Put deck above tin roof off on second story.  Steps down to yard                                                                                                                                                                                                                                                                                                                                                                                                                                                                                                                                                from deck

-Repair, seal, paint metal roofs

Dudensing inspected the property and informed Hickman that he could not guarantee that the roof would stop leaking because “you can’t take an old roof and try to make it where it’s preventable from leaking.”  He suggested installing a new roof, but Hickman refused because he “liked the old style of the metal design roof.”  Dudensing testified that he insisted on installing a new roof, but Hickman “said no because . . . money wasn’t available and he wanted to keep the old style.  He insisted we fix it the best we could, and try to get all the leaks fixed we could.”

The parties subsequently signed a contract for the remodeling work.  Hickman agreed to pay Dudensing $75,419, and Dudensing agreed to perform the renovations in a good and workmanlike manner.  Dudensing completed the project in March 1998. 

A month later, Hickman sent Dudensing a thank-you letter complimenting his work.  Hickman testified that, even though he had noticed some cracks in the exterior walls by the time he wrote the letter, overall he thought Dudensing had done a good job, and “the building looked good” when he moved in.  Over the course of the next several months, however, Hickman testified that the building began to deteriorate.  The roof started leaking, and Hickman eventually had to use fifty-nine buckets to catch water from the leaks.  The exterior paint began to peel in places, and the building developed more cracks.  The exterior steps swayed so badly that Hickman had to repair them himself.  Hickman testified that he and his wife could feel “a breeze coming . . . through the walls and around the trim” of the stained glass windows that Dudensing had installed.

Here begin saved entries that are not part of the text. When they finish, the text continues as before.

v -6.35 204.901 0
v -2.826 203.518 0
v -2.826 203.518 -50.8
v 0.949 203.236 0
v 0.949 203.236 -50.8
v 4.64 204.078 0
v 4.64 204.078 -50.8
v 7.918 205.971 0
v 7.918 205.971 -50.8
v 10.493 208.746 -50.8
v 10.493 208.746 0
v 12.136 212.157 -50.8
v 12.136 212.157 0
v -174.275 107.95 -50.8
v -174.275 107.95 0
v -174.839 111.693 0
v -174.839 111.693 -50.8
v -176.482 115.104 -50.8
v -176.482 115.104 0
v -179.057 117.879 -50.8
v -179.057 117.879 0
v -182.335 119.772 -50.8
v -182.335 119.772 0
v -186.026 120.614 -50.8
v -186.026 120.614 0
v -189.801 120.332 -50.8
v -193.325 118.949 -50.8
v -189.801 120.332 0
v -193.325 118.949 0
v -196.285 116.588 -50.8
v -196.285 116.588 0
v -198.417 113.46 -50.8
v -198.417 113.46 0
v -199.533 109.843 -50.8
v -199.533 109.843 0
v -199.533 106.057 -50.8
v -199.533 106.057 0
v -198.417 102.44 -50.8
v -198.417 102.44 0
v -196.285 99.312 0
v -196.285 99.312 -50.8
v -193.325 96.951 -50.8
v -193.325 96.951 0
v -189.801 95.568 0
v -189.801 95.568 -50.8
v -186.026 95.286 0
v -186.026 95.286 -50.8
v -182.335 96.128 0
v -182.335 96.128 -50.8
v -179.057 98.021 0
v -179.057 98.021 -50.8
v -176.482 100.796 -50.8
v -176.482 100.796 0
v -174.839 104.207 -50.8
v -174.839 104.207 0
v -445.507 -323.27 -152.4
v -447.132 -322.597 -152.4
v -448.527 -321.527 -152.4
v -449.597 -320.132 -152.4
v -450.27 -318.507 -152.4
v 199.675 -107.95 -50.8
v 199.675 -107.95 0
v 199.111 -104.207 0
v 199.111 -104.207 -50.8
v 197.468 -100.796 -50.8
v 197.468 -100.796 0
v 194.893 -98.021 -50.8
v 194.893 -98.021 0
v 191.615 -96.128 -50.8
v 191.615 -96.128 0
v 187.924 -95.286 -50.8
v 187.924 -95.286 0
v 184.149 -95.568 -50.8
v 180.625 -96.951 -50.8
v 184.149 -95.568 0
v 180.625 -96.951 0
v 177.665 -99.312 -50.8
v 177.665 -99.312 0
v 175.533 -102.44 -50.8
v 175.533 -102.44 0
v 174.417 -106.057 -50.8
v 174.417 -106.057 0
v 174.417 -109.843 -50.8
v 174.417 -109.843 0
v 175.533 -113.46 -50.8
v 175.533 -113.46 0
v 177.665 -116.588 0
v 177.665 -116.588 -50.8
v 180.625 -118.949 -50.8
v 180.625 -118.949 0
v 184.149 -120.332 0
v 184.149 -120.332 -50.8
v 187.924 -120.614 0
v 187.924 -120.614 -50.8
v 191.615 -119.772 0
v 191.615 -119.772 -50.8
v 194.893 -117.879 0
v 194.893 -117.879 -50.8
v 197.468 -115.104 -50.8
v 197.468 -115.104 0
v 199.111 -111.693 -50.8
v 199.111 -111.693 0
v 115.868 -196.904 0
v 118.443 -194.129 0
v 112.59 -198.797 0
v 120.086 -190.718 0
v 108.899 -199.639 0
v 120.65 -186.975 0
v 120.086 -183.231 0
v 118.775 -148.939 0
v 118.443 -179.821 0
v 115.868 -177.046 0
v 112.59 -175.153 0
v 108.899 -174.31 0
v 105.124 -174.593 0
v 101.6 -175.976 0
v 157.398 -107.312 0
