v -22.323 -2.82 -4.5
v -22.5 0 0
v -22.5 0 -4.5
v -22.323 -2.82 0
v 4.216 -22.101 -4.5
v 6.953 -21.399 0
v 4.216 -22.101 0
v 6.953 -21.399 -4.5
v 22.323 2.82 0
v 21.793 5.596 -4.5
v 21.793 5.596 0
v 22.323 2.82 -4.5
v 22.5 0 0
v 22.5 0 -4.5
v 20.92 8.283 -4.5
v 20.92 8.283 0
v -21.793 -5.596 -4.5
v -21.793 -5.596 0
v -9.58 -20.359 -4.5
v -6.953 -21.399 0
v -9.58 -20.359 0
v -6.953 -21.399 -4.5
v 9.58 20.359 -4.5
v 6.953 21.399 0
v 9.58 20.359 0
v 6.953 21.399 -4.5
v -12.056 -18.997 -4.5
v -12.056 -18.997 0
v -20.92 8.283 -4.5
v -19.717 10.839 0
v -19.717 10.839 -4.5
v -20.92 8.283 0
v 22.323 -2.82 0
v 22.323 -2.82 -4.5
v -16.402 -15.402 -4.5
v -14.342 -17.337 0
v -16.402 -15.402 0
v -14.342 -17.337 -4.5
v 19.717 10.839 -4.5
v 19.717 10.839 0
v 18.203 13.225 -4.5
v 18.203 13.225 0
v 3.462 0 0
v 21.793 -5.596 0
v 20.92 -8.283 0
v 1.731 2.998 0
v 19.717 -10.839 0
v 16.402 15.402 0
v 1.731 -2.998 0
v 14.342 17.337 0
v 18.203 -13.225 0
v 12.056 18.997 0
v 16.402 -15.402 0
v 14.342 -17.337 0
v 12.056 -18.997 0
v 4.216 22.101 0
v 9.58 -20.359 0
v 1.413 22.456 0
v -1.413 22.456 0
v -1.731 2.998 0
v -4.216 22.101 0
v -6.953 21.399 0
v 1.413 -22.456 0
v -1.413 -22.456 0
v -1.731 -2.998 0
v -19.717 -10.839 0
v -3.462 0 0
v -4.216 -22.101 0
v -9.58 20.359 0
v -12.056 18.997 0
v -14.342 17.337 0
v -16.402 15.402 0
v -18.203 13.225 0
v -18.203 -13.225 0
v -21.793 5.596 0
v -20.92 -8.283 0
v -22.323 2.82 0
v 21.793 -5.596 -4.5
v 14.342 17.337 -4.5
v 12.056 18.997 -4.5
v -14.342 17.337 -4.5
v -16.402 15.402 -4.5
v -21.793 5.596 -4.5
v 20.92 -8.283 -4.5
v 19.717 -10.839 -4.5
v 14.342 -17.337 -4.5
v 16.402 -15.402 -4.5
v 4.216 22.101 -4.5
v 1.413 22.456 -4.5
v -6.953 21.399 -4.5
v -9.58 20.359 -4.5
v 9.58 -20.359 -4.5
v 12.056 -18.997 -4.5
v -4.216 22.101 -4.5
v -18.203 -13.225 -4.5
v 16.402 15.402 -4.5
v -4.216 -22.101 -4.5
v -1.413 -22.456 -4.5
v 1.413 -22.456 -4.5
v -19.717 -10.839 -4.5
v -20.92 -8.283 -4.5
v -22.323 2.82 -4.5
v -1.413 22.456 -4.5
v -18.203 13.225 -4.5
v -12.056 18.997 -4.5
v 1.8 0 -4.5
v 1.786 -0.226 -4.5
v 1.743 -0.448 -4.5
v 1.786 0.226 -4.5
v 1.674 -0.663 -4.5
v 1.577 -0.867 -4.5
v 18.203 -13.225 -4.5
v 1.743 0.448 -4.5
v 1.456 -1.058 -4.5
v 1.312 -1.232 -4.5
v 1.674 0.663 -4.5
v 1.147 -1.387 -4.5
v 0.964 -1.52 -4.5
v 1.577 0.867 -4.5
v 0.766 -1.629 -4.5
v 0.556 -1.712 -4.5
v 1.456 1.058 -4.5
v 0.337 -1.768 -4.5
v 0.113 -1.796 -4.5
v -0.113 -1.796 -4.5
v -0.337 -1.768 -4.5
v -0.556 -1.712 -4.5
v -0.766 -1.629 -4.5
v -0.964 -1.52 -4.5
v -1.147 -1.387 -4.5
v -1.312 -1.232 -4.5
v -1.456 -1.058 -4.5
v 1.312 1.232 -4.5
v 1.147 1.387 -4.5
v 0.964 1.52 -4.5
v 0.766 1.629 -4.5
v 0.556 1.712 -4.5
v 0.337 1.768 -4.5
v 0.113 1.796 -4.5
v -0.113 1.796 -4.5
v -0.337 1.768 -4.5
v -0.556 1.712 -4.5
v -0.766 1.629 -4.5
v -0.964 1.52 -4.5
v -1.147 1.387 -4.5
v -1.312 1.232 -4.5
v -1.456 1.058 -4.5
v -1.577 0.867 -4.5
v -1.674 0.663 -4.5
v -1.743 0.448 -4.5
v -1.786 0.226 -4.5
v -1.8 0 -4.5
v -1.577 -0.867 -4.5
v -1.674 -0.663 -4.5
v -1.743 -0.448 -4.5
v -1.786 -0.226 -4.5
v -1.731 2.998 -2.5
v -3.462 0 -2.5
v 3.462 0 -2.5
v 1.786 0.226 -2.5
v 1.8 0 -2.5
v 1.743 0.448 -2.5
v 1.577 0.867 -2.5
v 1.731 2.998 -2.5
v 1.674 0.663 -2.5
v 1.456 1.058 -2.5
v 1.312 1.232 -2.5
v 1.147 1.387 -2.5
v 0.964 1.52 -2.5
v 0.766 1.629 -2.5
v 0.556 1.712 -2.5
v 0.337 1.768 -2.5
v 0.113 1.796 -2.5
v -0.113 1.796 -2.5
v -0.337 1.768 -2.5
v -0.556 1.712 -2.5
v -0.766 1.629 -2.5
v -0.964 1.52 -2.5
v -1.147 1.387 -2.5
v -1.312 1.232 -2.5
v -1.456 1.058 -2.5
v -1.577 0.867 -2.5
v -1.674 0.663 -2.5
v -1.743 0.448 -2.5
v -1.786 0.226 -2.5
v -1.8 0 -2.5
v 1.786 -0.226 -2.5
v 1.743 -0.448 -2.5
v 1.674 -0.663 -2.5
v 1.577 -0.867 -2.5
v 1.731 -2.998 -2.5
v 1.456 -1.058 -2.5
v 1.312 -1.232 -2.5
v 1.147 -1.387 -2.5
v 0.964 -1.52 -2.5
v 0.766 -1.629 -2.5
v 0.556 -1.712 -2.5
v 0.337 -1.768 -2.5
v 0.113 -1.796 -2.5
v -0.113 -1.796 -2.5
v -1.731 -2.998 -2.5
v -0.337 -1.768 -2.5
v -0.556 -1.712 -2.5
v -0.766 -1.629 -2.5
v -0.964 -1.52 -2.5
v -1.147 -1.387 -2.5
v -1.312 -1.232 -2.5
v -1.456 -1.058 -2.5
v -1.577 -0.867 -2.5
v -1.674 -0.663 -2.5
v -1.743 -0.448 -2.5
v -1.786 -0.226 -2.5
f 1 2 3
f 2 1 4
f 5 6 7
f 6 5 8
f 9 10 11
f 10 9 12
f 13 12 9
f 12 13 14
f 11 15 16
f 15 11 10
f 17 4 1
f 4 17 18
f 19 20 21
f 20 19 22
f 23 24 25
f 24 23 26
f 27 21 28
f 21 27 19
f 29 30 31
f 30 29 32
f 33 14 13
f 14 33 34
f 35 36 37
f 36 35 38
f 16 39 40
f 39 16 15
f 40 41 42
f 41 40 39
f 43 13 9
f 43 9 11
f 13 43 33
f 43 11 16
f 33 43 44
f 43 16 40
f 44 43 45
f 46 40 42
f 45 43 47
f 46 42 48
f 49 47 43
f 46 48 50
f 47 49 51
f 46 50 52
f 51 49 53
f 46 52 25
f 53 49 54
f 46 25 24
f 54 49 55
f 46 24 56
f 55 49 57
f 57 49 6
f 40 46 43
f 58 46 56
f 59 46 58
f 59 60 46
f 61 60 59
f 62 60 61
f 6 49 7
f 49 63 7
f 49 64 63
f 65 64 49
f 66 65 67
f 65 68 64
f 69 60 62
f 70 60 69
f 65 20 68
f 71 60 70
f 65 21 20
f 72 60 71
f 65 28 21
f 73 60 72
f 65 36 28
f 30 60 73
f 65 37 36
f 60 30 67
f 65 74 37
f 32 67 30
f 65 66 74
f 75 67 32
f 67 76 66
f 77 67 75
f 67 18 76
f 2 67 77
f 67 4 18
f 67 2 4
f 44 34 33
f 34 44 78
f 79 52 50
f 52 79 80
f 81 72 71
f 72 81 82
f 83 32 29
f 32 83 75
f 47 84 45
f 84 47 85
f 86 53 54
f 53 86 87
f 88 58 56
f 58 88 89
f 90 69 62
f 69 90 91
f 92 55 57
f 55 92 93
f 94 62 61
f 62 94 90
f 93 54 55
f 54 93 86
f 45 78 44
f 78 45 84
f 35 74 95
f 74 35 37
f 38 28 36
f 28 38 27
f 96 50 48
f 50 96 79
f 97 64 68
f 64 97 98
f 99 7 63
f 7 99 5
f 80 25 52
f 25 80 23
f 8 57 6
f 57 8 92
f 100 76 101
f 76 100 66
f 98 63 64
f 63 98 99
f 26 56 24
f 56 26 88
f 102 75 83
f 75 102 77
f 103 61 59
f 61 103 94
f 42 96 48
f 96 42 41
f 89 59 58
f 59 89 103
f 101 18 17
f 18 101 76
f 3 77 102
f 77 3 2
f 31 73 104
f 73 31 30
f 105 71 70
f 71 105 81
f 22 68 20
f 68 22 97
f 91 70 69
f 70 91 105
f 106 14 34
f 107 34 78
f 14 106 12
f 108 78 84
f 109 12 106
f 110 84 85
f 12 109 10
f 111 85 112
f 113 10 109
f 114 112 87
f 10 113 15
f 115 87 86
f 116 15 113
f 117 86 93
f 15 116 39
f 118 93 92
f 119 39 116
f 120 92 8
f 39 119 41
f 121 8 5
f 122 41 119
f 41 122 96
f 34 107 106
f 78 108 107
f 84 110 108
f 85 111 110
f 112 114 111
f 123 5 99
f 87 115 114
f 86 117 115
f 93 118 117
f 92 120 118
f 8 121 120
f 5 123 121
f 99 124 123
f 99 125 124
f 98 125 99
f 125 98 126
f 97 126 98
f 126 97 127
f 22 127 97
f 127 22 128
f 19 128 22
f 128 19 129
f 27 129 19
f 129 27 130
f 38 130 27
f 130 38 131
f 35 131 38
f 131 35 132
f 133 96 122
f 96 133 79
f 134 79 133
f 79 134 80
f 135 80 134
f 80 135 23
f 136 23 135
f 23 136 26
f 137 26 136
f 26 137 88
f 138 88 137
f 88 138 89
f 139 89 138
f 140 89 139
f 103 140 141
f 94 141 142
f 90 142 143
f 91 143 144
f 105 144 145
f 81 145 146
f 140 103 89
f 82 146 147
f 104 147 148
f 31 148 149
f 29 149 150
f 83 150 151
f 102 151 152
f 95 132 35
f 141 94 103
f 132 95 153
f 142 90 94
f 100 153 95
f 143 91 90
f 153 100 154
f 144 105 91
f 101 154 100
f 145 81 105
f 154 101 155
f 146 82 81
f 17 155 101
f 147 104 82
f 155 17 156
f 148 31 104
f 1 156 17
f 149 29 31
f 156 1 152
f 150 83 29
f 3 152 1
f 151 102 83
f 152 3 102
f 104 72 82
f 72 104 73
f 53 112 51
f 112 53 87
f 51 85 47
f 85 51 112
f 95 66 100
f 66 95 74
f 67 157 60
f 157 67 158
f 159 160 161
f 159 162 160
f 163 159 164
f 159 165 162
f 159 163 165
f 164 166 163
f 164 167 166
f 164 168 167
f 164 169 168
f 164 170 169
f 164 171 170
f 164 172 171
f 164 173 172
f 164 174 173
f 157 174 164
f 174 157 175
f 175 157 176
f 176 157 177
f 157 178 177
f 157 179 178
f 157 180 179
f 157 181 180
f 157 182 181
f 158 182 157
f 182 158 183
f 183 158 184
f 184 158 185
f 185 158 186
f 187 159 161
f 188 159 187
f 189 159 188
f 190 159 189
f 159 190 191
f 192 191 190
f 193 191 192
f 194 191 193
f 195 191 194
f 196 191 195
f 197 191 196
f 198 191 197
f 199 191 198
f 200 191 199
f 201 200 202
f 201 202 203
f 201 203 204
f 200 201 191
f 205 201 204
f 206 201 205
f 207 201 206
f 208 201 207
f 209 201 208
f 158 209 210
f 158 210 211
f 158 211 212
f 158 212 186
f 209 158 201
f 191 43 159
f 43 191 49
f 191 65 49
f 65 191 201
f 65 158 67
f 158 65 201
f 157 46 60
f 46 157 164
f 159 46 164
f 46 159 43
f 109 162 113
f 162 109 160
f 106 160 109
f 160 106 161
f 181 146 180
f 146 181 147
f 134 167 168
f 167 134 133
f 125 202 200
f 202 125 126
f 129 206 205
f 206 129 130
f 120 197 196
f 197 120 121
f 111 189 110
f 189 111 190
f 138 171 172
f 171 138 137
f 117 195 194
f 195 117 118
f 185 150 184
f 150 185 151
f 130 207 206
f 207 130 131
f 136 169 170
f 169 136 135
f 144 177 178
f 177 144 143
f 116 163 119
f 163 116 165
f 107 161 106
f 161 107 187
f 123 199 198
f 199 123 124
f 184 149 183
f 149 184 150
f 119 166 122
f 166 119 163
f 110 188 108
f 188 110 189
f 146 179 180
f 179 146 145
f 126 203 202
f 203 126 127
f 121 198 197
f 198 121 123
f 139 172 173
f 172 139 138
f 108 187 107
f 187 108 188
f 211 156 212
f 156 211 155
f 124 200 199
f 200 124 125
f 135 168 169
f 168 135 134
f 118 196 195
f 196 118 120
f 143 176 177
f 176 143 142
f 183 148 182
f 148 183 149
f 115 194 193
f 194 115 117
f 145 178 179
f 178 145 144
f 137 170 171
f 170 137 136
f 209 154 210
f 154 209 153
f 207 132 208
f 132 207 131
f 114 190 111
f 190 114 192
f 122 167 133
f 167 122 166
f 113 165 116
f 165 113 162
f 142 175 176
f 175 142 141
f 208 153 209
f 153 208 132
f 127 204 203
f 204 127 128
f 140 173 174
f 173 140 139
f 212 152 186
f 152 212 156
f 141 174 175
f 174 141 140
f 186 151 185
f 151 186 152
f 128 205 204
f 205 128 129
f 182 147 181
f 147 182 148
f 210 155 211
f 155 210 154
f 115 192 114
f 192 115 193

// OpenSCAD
$fn = 50;


difference() {
	union() {
		translate(v = [0, 0, -4.5000000000]) {
			cylinder(h = 4.5000000000, r = 22.5000000000);
		}
		translate(v = [0, 0, -3.0000000000]) {
			cylinder(h = 3, r = 2.8750000000);
		}
	}
	union() {
		translate(v = [0, 0, 0]) {
			rotate(a = [0, 0, 0]) {
				difference() {
					union() {
						translate(v = [0, 0, -2.5000000000]) {
							linear_extrude(height = 2.5000000000) {
								polygon(points = [[3.4620000000, 0.0000000000], [1.7310000000, 2.9981799479], [-1.7310000000, 2.9981799479], [-3.4620000000, 0.0000000000], [-1.7310000000, -2.9981799479], [1.7310000000, -2.9981799479]]);
							}
						}
					}
					union();
				}
			}
		}
		#translate(v = [0, 0, -100.0000000000]) {
			cylinder(h = 200, r = 1.8000000000);
		}
	}
}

While shopping in a neighboring town in April 1998, Hickman saw Dudensing’s wife and told her that there was a problem with the roof that he needed to discuss with Dudensing.  Dudensing failed to respond.  He did, however, fix the plumbing on a bathtub that had ruptured in April 1998.  After that point, Hickman testified that, with the exception of two occasions when Dudensing sent workers to fix some electrical wiring, plumbing, and the roof, Dudensing failed to respond to the numerous messages he and Mrs. Hickman left regarding repairs from 1999 until 2001.  Mrs. Hickman testified that she called Mrs. Dudensing for the final time regarding repairs in February 2001.  Mrs. Dudensing told Mrs. Hickman to “quit harassing them and leave them alone.”  At that point, the Hickmans realized that Dudensing was not going to perform any additional repairs.  Hickman sued Dudensing for DTPA violations and breach of contract in November 2002, four years after he first noticed the various problems.

At the conclusion of Hickman’s case-in-chief, Dudensing moved for a directed verdict on the basis of limitations.